Tiyatro skeçleri de yazan Aylin Acar'dan sarsıcı bir aşk romanı...
Bir gözlük kılıfına anlam yüklemekle başlar bazı hikâyeler.
Önce sadece bir gözlük kılıfıdır. Fark etmezsin zamanla üzerinde "o"nun parmak izlerinin olduğu bir karabasana dönüşür...
Uzun bir aradan sonra kesişen yollar... O yollar kesişmesin diye ertelenmiş tesadüfler...
"Önce arka planda bir ses duydu. Sonra kahkahalar... O kibirli gülüşü nerde olsa tanırdı."
En ağır küfürlerden biridir yok sayılmak. Işık beklemediği anda karşılaştığı Göksel'i yok sayarak geçmişine de sünger çektiğini düşünür ama geçmiş her zaman kaybolmaz.
Bazen telefonuna bir cevapsız çağrı düşer. Aklından bir sürü ama kalbinden tek bir isim geçer.

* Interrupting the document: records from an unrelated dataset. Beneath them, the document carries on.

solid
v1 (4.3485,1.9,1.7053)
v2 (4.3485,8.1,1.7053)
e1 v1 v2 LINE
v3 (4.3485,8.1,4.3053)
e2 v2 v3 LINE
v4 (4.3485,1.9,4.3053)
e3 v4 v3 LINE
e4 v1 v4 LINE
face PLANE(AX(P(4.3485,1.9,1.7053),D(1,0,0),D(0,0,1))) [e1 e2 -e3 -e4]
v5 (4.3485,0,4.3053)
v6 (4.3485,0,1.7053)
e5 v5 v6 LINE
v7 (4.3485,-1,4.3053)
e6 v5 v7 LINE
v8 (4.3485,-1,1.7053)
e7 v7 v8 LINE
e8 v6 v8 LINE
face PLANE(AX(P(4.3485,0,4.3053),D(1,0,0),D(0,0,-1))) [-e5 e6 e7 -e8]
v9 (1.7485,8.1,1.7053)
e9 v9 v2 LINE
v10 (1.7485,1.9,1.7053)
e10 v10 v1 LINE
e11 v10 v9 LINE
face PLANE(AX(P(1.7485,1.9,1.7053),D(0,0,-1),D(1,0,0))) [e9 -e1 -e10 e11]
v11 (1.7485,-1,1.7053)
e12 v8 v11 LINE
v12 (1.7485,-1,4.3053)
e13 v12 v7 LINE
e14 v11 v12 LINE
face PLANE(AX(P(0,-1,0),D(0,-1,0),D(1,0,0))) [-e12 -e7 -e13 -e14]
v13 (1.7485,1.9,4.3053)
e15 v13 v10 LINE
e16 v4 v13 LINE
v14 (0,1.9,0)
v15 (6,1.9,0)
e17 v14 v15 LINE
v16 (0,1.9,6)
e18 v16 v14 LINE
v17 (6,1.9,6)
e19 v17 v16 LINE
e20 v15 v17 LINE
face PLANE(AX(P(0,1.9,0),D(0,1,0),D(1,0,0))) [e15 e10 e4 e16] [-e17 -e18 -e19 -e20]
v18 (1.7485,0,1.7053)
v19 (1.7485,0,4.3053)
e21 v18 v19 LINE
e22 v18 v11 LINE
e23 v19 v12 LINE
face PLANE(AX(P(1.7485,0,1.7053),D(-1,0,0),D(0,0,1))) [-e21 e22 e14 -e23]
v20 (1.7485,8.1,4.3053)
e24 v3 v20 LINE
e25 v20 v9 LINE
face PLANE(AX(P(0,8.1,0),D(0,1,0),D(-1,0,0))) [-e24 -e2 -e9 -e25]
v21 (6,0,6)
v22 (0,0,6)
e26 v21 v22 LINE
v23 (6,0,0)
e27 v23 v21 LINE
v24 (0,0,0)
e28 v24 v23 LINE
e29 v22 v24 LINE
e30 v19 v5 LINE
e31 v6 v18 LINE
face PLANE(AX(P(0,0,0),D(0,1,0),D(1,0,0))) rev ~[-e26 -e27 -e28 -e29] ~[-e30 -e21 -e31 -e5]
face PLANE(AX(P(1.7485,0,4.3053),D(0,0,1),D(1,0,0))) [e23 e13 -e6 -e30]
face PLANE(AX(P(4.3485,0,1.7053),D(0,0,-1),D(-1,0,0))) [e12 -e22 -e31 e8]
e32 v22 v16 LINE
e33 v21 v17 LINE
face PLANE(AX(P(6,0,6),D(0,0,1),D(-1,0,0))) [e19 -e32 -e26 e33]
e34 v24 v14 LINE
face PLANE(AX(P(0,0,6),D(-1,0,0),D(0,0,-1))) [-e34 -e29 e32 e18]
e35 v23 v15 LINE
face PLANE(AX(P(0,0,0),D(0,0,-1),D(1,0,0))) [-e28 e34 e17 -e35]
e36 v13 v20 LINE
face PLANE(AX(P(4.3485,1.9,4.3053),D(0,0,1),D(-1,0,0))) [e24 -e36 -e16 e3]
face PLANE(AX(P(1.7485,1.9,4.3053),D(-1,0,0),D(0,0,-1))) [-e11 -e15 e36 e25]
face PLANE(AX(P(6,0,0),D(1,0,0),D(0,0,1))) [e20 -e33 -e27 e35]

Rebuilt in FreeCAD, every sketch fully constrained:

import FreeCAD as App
import Part
import Sketcher

V = App.Vector
Q = App.Units.Quantity

doc = App.newDocument("Part")
body = doc.addObject("PartDesign::Body", "Body")

# Sketch on XZ plane
sketch1 = body.newObject("Sketcher::SketchObject", "Sketch")
sketch1.AttachmentSupport = (doc.getObject("XZ_Plane"), [""])
sketch1.MapMode = "FlatFace"
sketch1.addGeometry(Part.LineSegment(V(6, 0, 0), V(0, 0, 0)), False)
sketch1.addGeometry(Part.LineSegment(V(0, 0, 0), V(0, 6, 0)), False)
sketch1.addGeometry(Part.LineSegment(V(0, 6, 0), V(6, 6, 0)), False)
sketch1.addGeometry(Part.LineSegment(V(6, 6, 0), V(6, 0, 0)), False)
sketch1.addConstraint(Sketcher.Constraint("Coincident", 0, 2, 1, 1))
sketch1.addConstraint(Sketcher.Constraint("Coincident", 1, 2, 2, 1))
sketch1.addConstraint(Sketcher.Constraint("Coincident", 2, 2, 3, 1))
sketch1.addConstraint(Sketcher.Constraint("Coincident", 3, 2, 0, 1))
sketch1.addConstraint(Sketcher.Constraint("Horizontal", 0))
sketch1.addConstraint(Sketcher.Constraint("Vertical", 1))
sketch1.addConstraint(Sketcher.Constraint("Horizontal", 2))
sketch1.addConstraint(Sketcher.Constraint("Vertical", 3))
sketch1.addConstraint(Sketcher.Constraint("Coincident", 0, 2, -1, 1))
sketch1.addConstraint(Sketcher.Constraint("Equal", 2, 1))
sketch1.addConstraint(Sketcher.Constraint("DistanceX", 0, 2, 0, 1, Q("6 mm")))
pad1 = body.newObject("PartDesign::Pad", "Pad")
pad1.Profile = sketch1
pad1.Length = 1.9
pad1.Reversed = True

# Sketch on XZ plane
sketch2 = body.newObject("Sketcher::SketchObject", "Sketch001")
sketch2.AttachmentSupport = (doc.getObject("XZ_Plane"), [""])
sketch2.MapMode = "FlatFace"
sketch2.AttachmentOffset = App.Placement(V(0, 0, -1.9), App.Rotation())
sketch2.addGeometry(Part.LineSegment(V(4.3, 1.7, 0), V(1.7, 1.7, 0)), False)
sketch2.addGeometry(Part.LineSegment(V(1.7, 1.7, 0), V(1.7, 4.3, 0)), False)
sketch2.addGeometry(Part.LineSegment(V(1.7, 4.3, 0), V(4.3, 4.3, 0)), False)
sketch2.addGeometry(Part.LineSegment(V(4.3, 4.3, 0), V(4.3, 1.7, 0)), False)
sketch2.addConstraint(Sketcher.Constraint("Coincident", 0, 2, 1, 1))
sketch2.addConstraint(Sketcher.Constraint("Coincident", 1, 2, 2, 1))
sketch2.addConstraint(Sketcher.Constraint("Coincident", 2, 2, 3, 1))
sketch2.addConstraint(Sketcher.Constraint("Coincident", 3, 2, 0, 1))
sketch2.addConstraint(Sketcher.Constraint("Horizontal", 0))
sketch2.addConstraint(Sketcher.Constraint("Vertical", 1))
sketch2.addConstraint(Sketcher.Constraint("Horizontal", 2))
sketch2.addConstraint(Sketcher.Constraint("Vertical", 3))
sketch2.addConstraint(Sketcher.Constraint("Equal", 2, 1))
sketch2.addConstraint(Sketcher.Constraint("DistanceX", 0, 2, 0, 1, Q("2.6 mm")))
sketch2.addConstraint(Sketcher.Constraint("DistanceX", -1, 1, 0, 2, Q("1.7485 mm")))
sketch2.addConstraint(Sketcher.Constraint("DistanceY", -1, 1, 0, 2, Q("1.7053 mm")))
pad2 = body.newObject("PartDesign::Pad", "Pad001")
pad2.Profile = sketch2
pad2.Length = 6.2
pad2.Reversed = True

# Sketch on XZ plane
sketch3 = body.newObject("Sketcher::SketchObject", "Sketch002")
sketch3.AttachmentSupport = (doc.getObject("XZ_Plane"), [""])
sketch3.MapMode = "FlatFace"
sketch3.addGeometry(Part.LineSegment(V(4.3, 4.3, 0), V(1.7, 4.3, 0)), False)
sketch3.addGeometry(Part.LineSegment(V(1.7, 4.3, 0), V(1.7, 1.7, 0)), False)
sketch3.addGeometry(Part.LineSegment(V(1.7, 1.7, 0), V(4.3, 1.7, 0)), False)
sketch3.addGeometry(Part.LineSegment(V(4.3, 1.7, 0), V(4.3, 4.3, 0)), False)
sketch3.addConstraint(Sketcher.Constraint("Coincident", 0, 2, 1, 1))
sketch3.addConstraint(Sketcher.Constraint("Coincident", 1, 2, 2, 1))
sketch3.addConstraint(Sketcher.Constraint("Coincident", 2, 2, 3, 1))
sketch3.addConstraint(Sketcher.Constraint("Coincident", 3, 2, 0, 1))
sketch3.addConstraint(Sketcher.Constraint("Horizontal", 0))
sketch3.addConstraint(Sketcher.Constraint("Vertical", 1))
sketch3.addConstraint(Sketcher.Constraint("Horizontal", 2))
sketch3.addConstraint(Sketcher.Constraint("Vertical", 3))
sketch3.addConstraint(Sketcher.Constraint("Equal", 2, 1))
sketch3.addConstraint(Sketcher.Constraint("DistanceX", 0, 2, 0, 1, Q("2.6 mm")))
sketch3.addConstraint(Sketcher.Constraint("DistanceX", -1, 1, 0, 2, Q("1.7485 mm")))
sketch3.addConstraint(Sketcher.Constraint("DistanceY", -1, 1, 0, 2, Q("4.3053 mm")))
pad3 = body.newObject("PartDesign::Pad", "Pad002")
pad3.Profile = sketch3
pad3.Length = 1

doc.recompute()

İnsan sadece tek bir hayat yaşamaz. Tanık olduğu ya da olmak zorunda kaldığı hikâyeleri de ekleyince hayatına çoğalarak eksilebilir.
Aşkın ve tutkunun rengi olan kırmızı vişne çürüğüne dönüştüğünde; hayaller de hayal kırıklığına dönüşür...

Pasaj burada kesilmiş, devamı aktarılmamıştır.